To examine the effects of E₂ on the expression of uterine ER, adult and immature rats were ovariectomized to reduce endogenous hormones, given a single, physiological dose of E₂, and sacrificed at various hours after hormone injection. RNase protection assay was used to quantitate ER mRNA levels in whole uterus. In adult rats, uterine levels of ER mRNA decreased (P < 0.05) to about 40% of control levels by 6 h after E₂ treatment (Fig. 1). At 24 h, ER mRNA levels tended to be higher compared to 0 h (P = 0.056), and by 72 h after hormone treatment, levels of ER mRNA in the uterus of mature animals were not different from control levels. E₂ treatment of immature rats tended to decrease ER mRNA levels by 3 h compared to controls (P = 0.088) (Fig. 2). ER mRNA levels returned to control levels by 6 h; however, by 24 h, ER transcripts in the uterus were increased (P < 0.01) compared to controls. ER mRNA levels returned to control levels by 72 h after E₂ treatment in immature rat uteri. Expression of the c-fos immediate early gene was used as a positive control for the uterine response to E₂ in this study, and, as has been well documented [26,32–34], c-fos expression increased at 3 h after E₂ treatment and then declined (data not shown). In order to investigate whether the E₂-induced decrease in ER mRNA levels requires the synthesis of new proteins, the protein synthesis inhibitor cycloheximide was used. The effect of cycloheximide alone, or in combination with E₂, on the steady-state level of ER mRNA was examined using RNase protection assay (Fig. 3). In this study, E₂ treatment of immature rats resulted in suppression (P < 0.05) of receptor message by 3 h, and cycloheximide alone had no significant effect on ER mRNA. When combined with E₂ treatment, cycloheximide did not abolish the E₂-induced decrease (P < 0.05) in ER mRNA levels, suggesting that suppression of ER mRNA by E₂ occurs independent of protein synthesis in the rat uterus. In addition, studies by Copland and coworkers [8] showed that treatment of castrated rats with cycloheximide had no effect on the E₂-induced decrease in ER protein.

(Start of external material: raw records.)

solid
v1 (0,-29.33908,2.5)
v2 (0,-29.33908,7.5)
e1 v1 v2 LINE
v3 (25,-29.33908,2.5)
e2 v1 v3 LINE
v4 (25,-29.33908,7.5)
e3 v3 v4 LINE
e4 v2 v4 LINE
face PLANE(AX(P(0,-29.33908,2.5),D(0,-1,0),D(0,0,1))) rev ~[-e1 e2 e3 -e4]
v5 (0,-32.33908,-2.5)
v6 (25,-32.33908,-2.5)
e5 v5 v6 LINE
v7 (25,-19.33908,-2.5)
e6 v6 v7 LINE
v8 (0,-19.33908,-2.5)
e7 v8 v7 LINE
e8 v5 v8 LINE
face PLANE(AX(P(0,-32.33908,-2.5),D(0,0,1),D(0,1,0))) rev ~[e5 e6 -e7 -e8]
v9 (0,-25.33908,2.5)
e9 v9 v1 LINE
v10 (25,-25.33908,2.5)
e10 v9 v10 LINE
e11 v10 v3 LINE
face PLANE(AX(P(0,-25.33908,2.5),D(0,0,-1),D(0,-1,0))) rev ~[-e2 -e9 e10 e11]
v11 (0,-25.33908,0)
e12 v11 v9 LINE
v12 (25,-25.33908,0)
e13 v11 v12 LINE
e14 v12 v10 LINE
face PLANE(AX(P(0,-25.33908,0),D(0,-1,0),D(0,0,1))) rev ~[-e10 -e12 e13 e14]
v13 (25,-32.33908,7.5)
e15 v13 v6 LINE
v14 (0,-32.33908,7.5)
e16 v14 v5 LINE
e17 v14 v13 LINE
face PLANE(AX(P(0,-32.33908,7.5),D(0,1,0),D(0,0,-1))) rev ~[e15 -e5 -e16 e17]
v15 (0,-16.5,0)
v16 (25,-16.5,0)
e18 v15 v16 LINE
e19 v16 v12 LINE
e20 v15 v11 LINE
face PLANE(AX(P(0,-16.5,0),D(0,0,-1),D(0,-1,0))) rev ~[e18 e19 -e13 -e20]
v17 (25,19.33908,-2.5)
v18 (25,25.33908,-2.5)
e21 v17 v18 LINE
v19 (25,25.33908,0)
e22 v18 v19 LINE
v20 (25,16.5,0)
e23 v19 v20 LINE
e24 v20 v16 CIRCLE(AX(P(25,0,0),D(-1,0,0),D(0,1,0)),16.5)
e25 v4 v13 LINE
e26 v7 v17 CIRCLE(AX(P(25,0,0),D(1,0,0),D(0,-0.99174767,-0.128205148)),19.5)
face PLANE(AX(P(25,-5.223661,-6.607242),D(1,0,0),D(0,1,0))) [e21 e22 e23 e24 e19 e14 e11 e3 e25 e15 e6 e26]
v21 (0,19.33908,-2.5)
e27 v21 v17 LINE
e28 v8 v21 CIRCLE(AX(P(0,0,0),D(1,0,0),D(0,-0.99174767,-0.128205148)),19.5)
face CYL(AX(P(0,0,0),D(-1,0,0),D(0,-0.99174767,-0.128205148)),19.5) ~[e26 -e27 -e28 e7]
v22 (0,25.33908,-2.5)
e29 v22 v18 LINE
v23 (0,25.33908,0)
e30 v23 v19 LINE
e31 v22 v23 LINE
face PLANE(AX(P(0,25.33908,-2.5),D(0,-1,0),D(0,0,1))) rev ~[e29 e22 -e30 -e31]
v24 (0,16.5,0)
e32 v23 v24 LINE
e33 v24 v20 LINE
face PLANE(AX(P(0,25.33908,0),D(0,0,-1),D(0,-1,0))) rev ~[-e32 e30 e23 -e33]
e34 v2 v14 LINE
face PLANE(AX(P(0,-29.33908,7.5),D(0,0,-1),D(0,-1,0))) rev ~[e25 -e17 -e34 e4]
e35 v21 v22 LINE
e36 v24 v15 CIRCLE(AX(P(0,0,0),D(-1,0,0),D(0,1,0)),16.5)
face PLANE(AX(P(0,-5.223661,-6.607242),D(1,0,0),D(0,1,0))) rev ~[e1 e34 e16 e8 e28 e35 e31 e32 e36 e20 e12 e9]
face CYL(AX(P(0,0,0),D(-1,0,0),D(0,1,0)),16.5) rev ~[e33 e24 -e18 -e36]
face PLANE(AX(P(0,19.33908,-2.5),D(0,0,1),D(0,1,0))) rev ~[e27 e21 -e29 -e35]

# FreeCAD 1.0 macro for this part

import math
import FreeCAD as App
import Part
import Sketcher

V = App.Vector

doc = App.newDocument("Part")
body = doc.addObject("PartDesign::Body", "Body")

sketch1 = body.newObject("Sketcher::SketchObject", "Sketch")
sketch1.AttachmentSupport = (doc.getObject("YZ_Plane"), [""])
sketch1.MapMode = "FlatFace"
sketch1.addGeometry(Part.LineSegment(V(-29.33908, 7.5, 0), V(-32.33908, 7.5, 0)), False)
sketch1.addGeometry(Part.LineSegment(V(-32.33908, 7.5, 0), V(-32.33908, -2.5, 0)), False)
sketch1.addGeometry(Part.LineSegment(V(-32.33908, -2.5, 0), V(-19.33908, -2.5, 0)), False)
sketch1.addGeometry(Part.ArcOfCircle(Part.Circle(V(0, 0, 0), V(0, 0, 1), 19.5), math.radians(-172.634113), math.radians(-7.365887)), False)
sketch1.addGeometry(Part.LineSegment(V(19.33908, -2.5, 0), V(25.33908, -2.5, 0)), False)
sketch1.addGeometry(Part.LineSegment(V(25.33908, -2.5, 0), V(25.33908, 0, 0)), False)
sketch1.addGeometry(Part.LineSegment(V(25.33908, 0, 0), V(16.5, 0, 0)), False)
sketch1.addGeometry(Part.ArcOfCircle(Part.Circle(V(0, 0, 0), V(0, 0, 1), 16.5), math.radians(180), math.radians(360)), False)
sketch1.addGeometry(Part.LineSegment(V(-16.5, 0, 0), V(-25.33908, 0, 0)), False)
sketch1.addGeometry(Part.LineSegment(V(-25.33908, 0, 0), V(-25.33908, 2.5, 0)), False)
sketch1.addGeometry(Part.LineSegment(V(-25.33908, 2.5, 0), V(-29.33908, 2.5, 0)), False)
sketch1.addGeometry(Part.LineSegment(V(-29.33908, 2.5, 0), V(-29.33908, 7.5, 0)), False)
sketch1.addConstraint(Sketcher.Constraint("Coincident", 0, 2, 1, 1))
sketch1.addConstraint(Sketcher.Constraint("Coincident", 1, 2, 2, 1))
sketch1.addConstraint(Sketcher.Constraint("Coincident", 2, 2, 3, 1))
sketch1.addConstraint(Sketcher.Constraint("Coincident", 3, 2, 4, 1))
sketch1.addConstraint(Sketcher.Constraint("Coincident", 4, 2, 5, 1))
sketch1.addConstraint(Sketcher.Constraint("Coincident", 5, 2, 6, 1))
sketch1.addConstraint(Sketcher.Constraint("Coincident", 6, 2, 7, 2))
sketch1.addConstraint(Sketcher.Constraint("Coincident", 7, 1, 8, 1))
sketch1.addConstraint(Sketcher.Constraint("Coincident", 8, 2, 9, 1))
sketch1.addConstraint(Sketcher.Constraint("Coincident", 9, 2, 10, 1))
sketch1.addConstraint(Sketcher.Constraint("Coincident", 10, 2, 11, 1))
sketch1.addConstraint(Sketcher.Constraint("Coincident", 11, 2, 0, 1))
sketch1.addConstraint(Sketcher.Constraint("Horizontal", 0))
sketch1.addConstraint(Sketcher.Constraint("Vertical", 1))
sketch1.addConstraint(Sketcher.Constraint("Horizontal", 2))
sketch1.addConstraint(Sketcher.Constraint("Horizontal", 4))
sketch1.addConstraint(Sketcher.Constraint("Vertical", 5))
sketch1.addConstraint(Sketcher.Constraint("Horizontal", 6))
sketch1.addConstraint(Sketcher.Constraint("Horizontal", 8))
sketch1.addConstraint(Sketcher.Constraint("Vertical", 9))
sketch1.addConstraint(Sketcher.Constraint("Horizontal", 10))
sketch1.addConstraint(Sketcher.Constraint("Vertical", 11))
sketch1.addConstraint(Sketcher.Constraint("Coincident", 3, 3, -1, 1))
sketch1.addConstraint(Sketcher.Constraint("Coincident", 7, 3, -1, 1))
sketch1.addConstraint(Sketcher.Constraint("Symmetric", 5, 2, 8, 2, -1, 1))
sketch1.addConstraint(Sketcher.Constraint("PointOnObject", 5, 2, -1))
sketch1.addConstraint(Sketcher.Constraint("Horizontal", 2, 2, 3, 2))
sketch1.addConstraint(Sketcher.Constraint("Equal", 5, 9))
sketch1.addConstraint(Sketcher.Constraint("Radius", 3, 19.5))
sketch1.addConstraint(Sketcher.Constraint("Radius", 7, 16.5))
sketch1.addConstraint(Sketcher.Constraint("DistanceX", 0, 2, 0, 1, 3.0))
sketch1.addConstraint(Sketcher.Constraint("DistanceX", 2, 1, 2, 2, 13.0))
sketch1.addConstraint(Sketcher.Constraint("DistanceX", 4, 1, 4, 2, 6.0))
sketch1.addConstraint(Sketcher.Constraint("DistanceY", 1, 2, 1, 1, 10.0))
sketch1.addConstraint(Sketcher.Constraint("DistanceY", 11, 1, 11, 2, 5.0))
pad1 = body.newObject("PartDesign::Pad", "Pad")
pad1.Profile = sketch1
pad1.Length = 25

doc.recompute()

View larger version (43K): [in this window] [in a new window]   FIG. 1. Effect of E2 treatment on uterine ER mRNA content in adult rats. Mature, ovariectomized rats (n = 4 per time point) were treated with sesame oil or E2 (4 µg/kg BW). Total RNA was extracted from the uterus at different times and subjected to RNase protection assays. A representative autoradiogram is shown. The levels of ER and cyclophilin mRNAs were quantitated by densitometric scans of resultant autoradiograms. ER mRNA levels were normalized to the levels of cyclophilin mRNA. Results are depicted graphically as arbitrary units

View larger version (39K): [in this window] [in a new window]   FIG. 2. Effect of E2 treatment on uterine ER mRNA levels in immature rats. Ovariectomized, sexually immature rats (n = 4 per time point) were treated with E2, and uterine ER mRNA levels were measured by RNase protection assays and quantitated (see Fig. 1 for details)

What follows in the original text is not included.